[Collected data]

********

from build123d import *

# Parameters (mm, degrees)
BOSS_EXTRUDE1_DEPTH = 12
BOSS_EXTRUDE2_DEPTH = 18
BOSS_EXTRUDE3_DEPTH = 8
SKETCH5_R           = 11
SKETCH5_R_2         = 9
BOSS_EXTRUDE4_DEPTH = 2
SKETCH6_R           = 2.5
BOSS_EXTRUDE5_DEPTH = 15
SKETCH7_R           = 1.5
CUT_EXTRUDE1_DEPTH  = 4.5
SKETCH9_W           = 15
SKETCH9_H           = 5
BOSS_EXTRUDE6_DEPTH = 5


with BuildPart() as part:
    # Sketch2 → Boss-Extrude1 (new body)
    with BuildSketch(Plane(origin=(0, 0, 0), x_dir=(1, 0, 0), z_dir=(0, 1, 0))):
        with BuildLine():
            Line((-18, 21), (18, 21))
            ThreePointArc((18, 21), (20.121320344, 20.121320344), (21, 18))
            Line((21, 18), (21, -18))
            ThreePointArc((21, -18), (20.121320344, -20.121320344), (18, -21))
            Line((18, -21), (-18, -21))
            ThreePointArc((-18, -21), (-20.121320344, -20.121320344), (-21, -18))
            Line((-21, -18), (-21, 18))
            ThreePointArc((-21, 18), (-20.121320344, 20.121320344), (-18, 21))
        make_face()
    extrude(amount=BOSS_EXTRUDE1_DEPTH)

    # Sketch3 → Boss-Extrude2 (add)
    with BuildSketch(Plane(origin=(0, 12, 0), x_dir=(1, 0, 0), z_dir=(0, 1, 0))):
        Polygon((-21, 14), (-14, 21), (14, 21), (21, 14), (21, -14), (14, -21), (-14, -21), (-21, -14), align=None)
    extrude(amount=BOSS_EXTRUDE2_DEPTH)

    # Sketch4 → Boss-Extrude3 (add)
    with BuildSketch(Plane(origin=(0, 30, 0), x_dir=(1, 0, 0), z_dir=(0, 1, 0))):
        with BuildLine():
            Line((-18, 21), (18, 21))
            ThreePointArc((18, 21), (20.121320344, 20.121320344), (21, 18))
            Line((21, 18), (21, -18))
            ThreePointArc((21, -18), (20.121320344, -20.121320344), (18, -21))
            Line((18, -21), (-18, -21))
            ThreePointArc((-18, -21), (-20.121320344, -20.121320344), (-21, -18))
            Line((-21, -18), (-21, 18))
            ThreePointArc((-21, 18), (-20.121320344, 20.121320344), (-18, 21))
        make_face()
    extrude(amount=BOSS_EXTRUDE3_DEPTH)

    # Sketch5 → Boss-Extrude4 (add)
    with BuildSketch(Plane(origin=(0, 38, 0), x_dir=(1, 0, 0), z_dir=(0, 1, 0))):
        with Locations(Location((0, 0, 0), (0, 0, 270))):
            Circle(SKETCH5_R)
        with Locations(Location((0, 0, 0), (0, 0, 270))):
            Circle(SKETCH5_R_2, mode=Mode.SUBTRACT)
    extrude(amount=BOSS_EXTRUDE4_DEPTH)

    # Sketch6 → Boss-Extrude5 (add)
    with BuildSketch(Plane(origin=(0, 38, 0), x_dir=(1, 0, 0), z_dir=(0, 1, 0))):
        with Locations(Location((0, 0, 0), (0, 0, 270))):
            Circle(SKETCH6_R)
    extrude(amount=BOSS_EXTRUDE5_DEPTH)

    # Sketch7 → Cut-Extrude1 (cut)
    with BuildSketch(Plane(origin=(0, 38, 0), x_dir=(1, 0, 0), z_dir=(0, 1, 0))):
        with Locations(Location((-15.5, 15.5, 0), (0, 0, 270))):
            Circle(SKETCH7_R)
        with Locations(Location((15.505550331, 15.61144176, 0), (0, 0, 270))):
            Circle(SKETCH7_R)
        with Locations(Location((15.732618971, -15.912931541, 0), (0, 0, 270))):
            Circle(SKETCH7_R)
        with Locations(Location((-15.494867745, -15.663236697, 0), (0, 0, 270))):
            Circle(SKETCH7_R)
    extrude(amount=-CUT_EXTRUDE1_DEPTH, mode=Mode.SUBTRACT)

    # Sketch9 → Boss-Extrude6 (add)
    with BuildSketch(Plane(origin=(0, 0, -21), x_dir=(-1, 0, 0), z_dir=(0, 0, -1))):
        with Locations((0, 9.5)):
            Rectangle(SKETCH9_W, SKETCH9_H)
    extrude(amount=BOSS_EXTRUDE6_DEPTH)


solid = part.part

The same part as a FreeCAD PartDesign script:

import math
import FreeCAD as App
import Part
import Sketcher

V = App.Vector
Q = App.Units.Quantity

doc = App.newDocument("Part")
body = doc.addObject("PartDesign::Body", "Body")

sketch1 = body.newObject("Sketcher::SketchObject", "Sketch")
sketch1.AttachmentSupport = (doc.getObject("XZ_Plane"), [""])
sketch1.MapMode = "FlatFace"
sketch1.addGeometry([
    Part.LineSegment(V(18, -21, 0), V(-18, -21, 0)),
    Part.ArcOfCircle(Part.Circle(V(-18, -18, 0), V(0, 0, 1), 3), math.radians(180), math.radians(270)),
    Part.LineSegment(V(-21, -18, 0), V(-21, 18, 0)),
    Part.ArcOfCircle(Part.Circle(V(-18, 18, 0), V(0, 0, 1), 3), math.radians(90), math.radians(180)),
    Part.LineSegment(V(-18, 21, 0), V(18, 21, 0)),
    Part.ArcOfCircle(Part.Circle(V(18, 18, 0), V(0, 0, 1), 3), math.radians(0), math.radians(90)),
    Part.LineSegment(V(21, 18, 0), V(21, -18, 0)),
    Part.ArcOfCircle(Part.Circle(V(18, -18, 0), V(0, 0, 1), 3), math.radians(-90), math.radians(0)),
], False)
sketch1.addConstraint([
    Sketcher.Constraint("Tangent", 0, 2, 1, 2),
    Sketcher.Constraint("Tangent", 1, 1, 2, 1),
    Sketcher.Constraint("Tangent", 2, 2, 3, 2),
    Sketcher.Constraint("Tangent", 3, 1, 4, 1),
    Sketcher.Constraint("Tangent", 4, 2, 5, 2),
    Sketcher.Constraint("Tangent", 5, 1, 6, 1),
    Sketcher.Constraint("Tangent", 6, 2, 7, 2),
    Sketcher.Constraint("Tangent", 7, 1, 0, 1),
    Sketcher.Constraint("Horizontal", 0),
    Sketcher.Constraint("Vertical", 2),
    Sketcher.Constraint("Horizontal", 4),
    Sketcher.Constraint("Vertical", 6),
    Sketcher.Constraint("Equal", 1, 3),
    Sketcher.Constraint("Equal", 3, 5),
    Sketcher.Constraint("Equal", 5, 7),
    Sketcher.Constraint("Symmetric", 1, 3, 5, 3, -1, 1),
    Sketcher.Constraint("Equal", 4, 2),
    Sketcher.Constraint("Radius", 1, Q("3 mm")),
    Sketcher.Constraint("DistanceX", 0, 2, 0, 1, Q("36 mm")),
])
pad1 = body.newObject("PartDesign::Pad", "Pad")
pad1.Profile = sketch1
pad1.Length = 12
pad1.Reversed = True

sketch2 = body.newObject("Sketcher::SketchObject", "Sketch001")
sketch2.AttachmentSupport = (doc.getObject("XZ_Plane"), [""])
sketch2.MapMode = "FlatFace"
sketch2.AttachmentOffset = App.Placement(V(0, 0, -12), App.Rotation())
sketch2.addGeometry([
    Part.LineSegment(V(-14, -21, 0), V(-21, -14, 0)),
    Part.LineSegment(V(-21, -14, 0), V(-21, 14, 0)),
    Part.LineSegment(V(-21, 14, 0), V(-14, 21, 0)),
    Part.LineSegment(V(-14, 21, 0), V(14, 21, 0)),
    Part.LineSegment(V(14, 21, 0), V(21, 14, 0)),
    Part.LineSegment(V(21, 14, 0), V(21, -14, 0)),
    Part.LineSegment(V(21, -14, 0), V(14, -21, 0)),
    Part.LineSegment(V(14, -21, 0), V(-14, -21, 0)),
], False)
sketch2.addConstraint([
    Sketcher.Constraint("Coincident", 0, 2, 1, 1),
    Sketcher.Constraint("Coincident", 1, 2, 2, 1),
    Sketcher.Constraint("Coincident", 2, 2, 3, 1),
    Sketcher.Constraint("Coincident", 3, 2, 4, 1),
    Sketcher.Constraint("Coincident", 4, 2, 5, 1),
    Sketcher.Constraint("Coincident", 5, 2, 6, 1),
    Sketcher.Constraint("Coincident", 6, 2, 7, 1),
    Sketcher.Constraint("Coincident", 7, 2, 0, 1),
    Sketcher.Constraint("Vertical", 1),
    Sketcher.Constraint("Horizontal", 3),
    Sketcher.Constraint("Vertical", 5),
    Sketcher.Constraint("Horizontal", 7),
    Sketcher.Constraint("Symmetric", 0, 2, 4, 2, -1, 1),
    Sketcher.Constraint("Symmetric", 2, 2, 6, 2, -1, 1),
    Sketcher.Constraint("Perpendicular", 0, 2),
    Sketcher.Constraint("Perpendicular", 2, 4),
    Sketcher.Constraint("Perpendicular", 4, 6),
    Sketcher.Constraint("Horizontal", 1, 2, 4, 2),
    Sketcher.Constraint("Vertical", 3, 2, 6, 2),
    Sketcher.Constraint("Equal", 7, 1),
    Sketcher.Constraint("DistanceX", 3, 1, 3, 2, Q("28 mm")),
    Sketcher.Constraint("DistanceX", 0, 2, -1, 1, Q("21 mm")),
])
pad2 = body.newObject("PartDesign::Pad", "Pad001")
pad2.Profile = sketch2
pad2.Length = 18
pad2.Reversed = True

sketch3 = body.newObject("Sketcher::SketchObject", "Sketch002")
sketch3.AttachmentSupport = (doc.getObject("XZ_Plane"), [""])
sketch3.MapMode = "FlatFace"
sketch3.AttachmentOffset = App.Placement(V(0, 0, -30), App.Rotation())
sketch3.addGeometry([
    Part.LineSegment(V(18, -21, 0), V(-18, -21, 0)),
    Part.ArcOfCircle(Part.Circle(V(-18, -18, 0), V(0, 0, 1), 3), math.radians(180), math.radians(270)),
    Part.LineSegment(V(-21, -18, 0), V(-21, 18, 0)),
    Part.ArcOfCircle(Part.Circle(V(-18, 18, 0), V(0, 0, 1), 3), math.radians(90), math.radians(180)),
    Part.LineSegment(V(-18, 21, 0), V(18, 21, 0)),
    Part.ArcOfCircle(Part.Circle(V(18, 18, 0), V(0, 0, 1), 3), math.radians(0), math.radians(90)),
    Part.LineSegment(V(21, 18, 0), V(21, -18, 0)),
    Part.ArcOfCircle(Part.Circle(V(18, -18, 0), V(0, 0, 1), 3), math.radians(-90), math.radians(0)),
], False)
sketch3.addConstraint([
    Sketcher.Constraint("Tangent", 0, 2, 1, 2),
    Sketcher.Constraint("Tangent", 1, 1, 2, 1),
    Sketcher.Constraint("Tangent", 2, 2, 3, 2),
    Sketcher.Constraint("Tangent", 3, 1, 4, 1),
    Sketcher.Constraint("Tangent", 4, 2, 5, 2),
    Sketcher.Constraint("Tangent", 5, 1, 6, 1),
    Sketcher.Constraint("Tangent", 6, 2, 7, 2),
    Sketcher.Constraint("Tangent", 7, 1, 0, 1),
    Sketcher.Constraint("Horizontal", 0),
    Sketcher.Constraint("Vertical", 2),
    Sketcher.Constraint("Horizontal", 4),
    Sketcher.Constraint("Vertical", 6),
    Sketcher.Constraint("Equal", 1, 3),
    Sketcher.Constraint("Equal", 3, 5),
    Sketcher.Constraint("Equal", 5, 7),
    Sketcher.Constraint("Symmetric", 1, 3, 5, 3, -1, 1),
    Sketcher.Constraint("Equal", 4, 2),
    Sketcher.Constraint("Radius", 1, Q("3 mm")),
    Sketcher.Constraint("DistanceX", 0, 2, 0, 1, Q("36 mm")),
])
pad3 = body.newObject("PartDesign::Pad", "Pad002")
pad3.Profile = sketch3
pad3.Length = 8
pad3.Reversed = True

sketch4 = body.newObject("Sketcher::SketchObject", "Sketch003")
sketch4.AttachmentSupport = (doc.getObject("XZ_Plane"), [""])
sketch4.MapMode = "FlatFace"
sketch4.AttachmentOffset = App.Placement(V(0, 0, -38), App.Rotation())
sketch4.addGeometry([
    Part.Circle(V(0, 0, 0), V(0, 0, 1), 11),
    Part.Circle(V(0, 0, 0), V(0, 0, 1), 9),
], False)
sketch4.addConstraint([
    Sketcher.Constraint("Coincident", 0, 3, -1, 1),
    Sketcher.Constraint("Coincident", 1, 3, -1, 1),
    Sketcher.Constraint("Diameter", 0, Q("22 mm")),
    Sketcher.Constraint("Diameter", 1, Q("18 mm")),
])
pad4 = body.newObject("PartDesign::Pad", "Pad003")
pad4.Profile = sketch4
pad4.Length = 2
pad4.Reversed = True

sketch5 = body.newObject("Sketcher::SketchObject", "Sketch004")
sketch5.AttachmentSupport = (doc.getObject("XZ_Plane"), [""])
sketch5.MapMode = "FlatFace"
sketch5.AttachmentOffset = App.Placement(V(0, 0, -38), App.Rotation())
sketch5.addGeometry(Part.Circle(V(0, 0, 0), V(0, 0, 1), 2.5), False)
sketch5.addConstraint([
    Sketcher.Constraint("Coincident", 0, 3, -1, 1),
    Sketcher.Constraint("Diameter", 0, Q("5 mm")),
])
pad5 = body.newObject("PartDesign::Pad", "Pad004")
pad5.Profile = sketch5
pad5.Length = 15
pad5.Reversed = True

sketch6 = body.newObject("Sketcher::SketchObject", "Sketch005")
sketch6.AttachmentSupport = (doc.getObject("XZ_Plane"), [""])
sketch6.MapMode = "FlatFace"
sketch6.AttachmentOffset = App.Placement(V(0, 0, -38), App.Rotation())
sketch6.addGeometry([
    Part.Circle(V(-15.5, -15.5, 0), V(0, 0, 1), 1.5),
    Part.Circle(V(15.5, -15.6, 0), V(0, 0, 1), 1.5),
    Part.Circle(V(15.7, 15.9, 0), V(0, 0, 1), 1.5),
    Part.Circle(V(-15.5, 15.7, 0), V(0, 0, 1), 1.5),
], False)
sketch6.addConstraint([
    Sketcher.Constraint("Equal", 0, 1),
    Sketcher.Constraint("Equal", 1, 2),
    Sketcher.Constraint("Equal", 2, 3),
    Sketcher.Constraint("Diameter", 0, Q("3 mm")),
    Sketcher.Constraint("DistanceX", 0, 3, -1, 1, Q("15.5 mm")),
    Sketcher.Constraint("DistanceY", 0, 3, -1, 1, Q("15.5 mm")),
    Sketcher.Constraint("DistanceX", -1, 1, 1, 3, Q("15.50555 mm")),
    Sketcher.Constraint("DistanceY", 1, 3, -1, 1, Q("15.611442 mm")),
    Sketcher.Constraint("DistanceX", -1, 1, 2, 3, Q("15.732619 mm")),
    Sketcher.Constraint("DistanceY", -1, 1, 2, 3, Q("15.912932 mm")),
    Sketcher.Constraint("DistanceX", 3, 3, 1, 3, Q("31.000418 mm")),
    Sketcher.Constraint("DistanceY", 1, 3, 3, 3, Q("31.274678 mm")),
])
pocket1 = body.newObject("PartDesign::Pocket", "Pocket")
pocket1.Profile = sketch6
pocket1.Length = 4.5
pocket1.Reversed = True

sketch7 = body.newObject("Sketcher::SketchObject", "Sketch006")
sketch7.AttachmentSupport = (doc.getObject("XY_Plane"), [""])
sketch7.MapMode = "FlatFace"
sketch7.AttachmentOffset = App.Placement(V(0, 0, -21), App.Rotation())
sketch7.addGeometry([
    Part.LineSegment(V(8, 12, 0), V(8, 7, 0)),
    Part.LineSegment(V(8, 7, 0), V(-8, 7, 0)),
    Part.LineSegment(V(-8, 7, 0), V(-8, 12, 0)),
    Part.LineSegment(V(-8, 12, 0), V(8, 12, 0)),
], False)
sketch7.addConstraint([
    Sketcher.Constraint("Coincident", 0, 2, 1, 1),
    Sketcher.Constraint("Coincident", 1, 2, 2, 1),
    Sketcher.Constraint("Coincident", 2, 2, 3, 1),
    Sketcher.Constraint("Coincident", 3, 2, 0, 1),
    Sketcher.Constraint("Vertical", 0),
    Sketcher.Constraint("Horizontal", 1),
    Sketcher.Constraint("Vertical", 2),
    Sketcher.Constraint("Horizontal", 3),
    Sketcher.Constraint("DistanceX", 1, 2, 1, 1, Q("15 mm")),
    Sketcher.Constraint("DistanceY", 0, 2, 0, 1, Q("5 mm")),
    Sketcher.Constraint("DistanceY", -1, 1, 0, 2, Q("7 mm")),
    Sketcher.Constraint("DistanceX", -1, 1, 0, 2, Q("7.5 mm")),
])
pad6 = body.newObject("PartDesign::Pad", "Pad005")
pad6.Profile = sketch7
pad6.Length = 5
pad6.Reversed = True

doc.recompute()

********

### What the exercise asks
A verbatim transcription is needed of the lines above, starting at the line with "extrude(amount=-CUT_EXTRUDE1_DEPTH, mode=Mode.SUBTRACT)" and ending at the line with "The same part", both included, and of nothing else.

### Finished task
    extrude(amount=-CUT_EXTRUDE1_DEPTH, mode=Mode.SUBTRACT)

    # Sketch9 → Boss-Extrude6 (add)
    with BuildSketch(Plane(origin=(0, 0, -21), x_dir=(-1, 0, 0), z_dir=(0, 0, -1))):
        with Locations((0, 9.5)):
            Rectangle(SKETCH9_W, SKETCH9_H)
    extrude(amount=BOSS_EXTRUDE6_DEPTH)


solid = part.part

The same part as a FreeCAD PartDesign script:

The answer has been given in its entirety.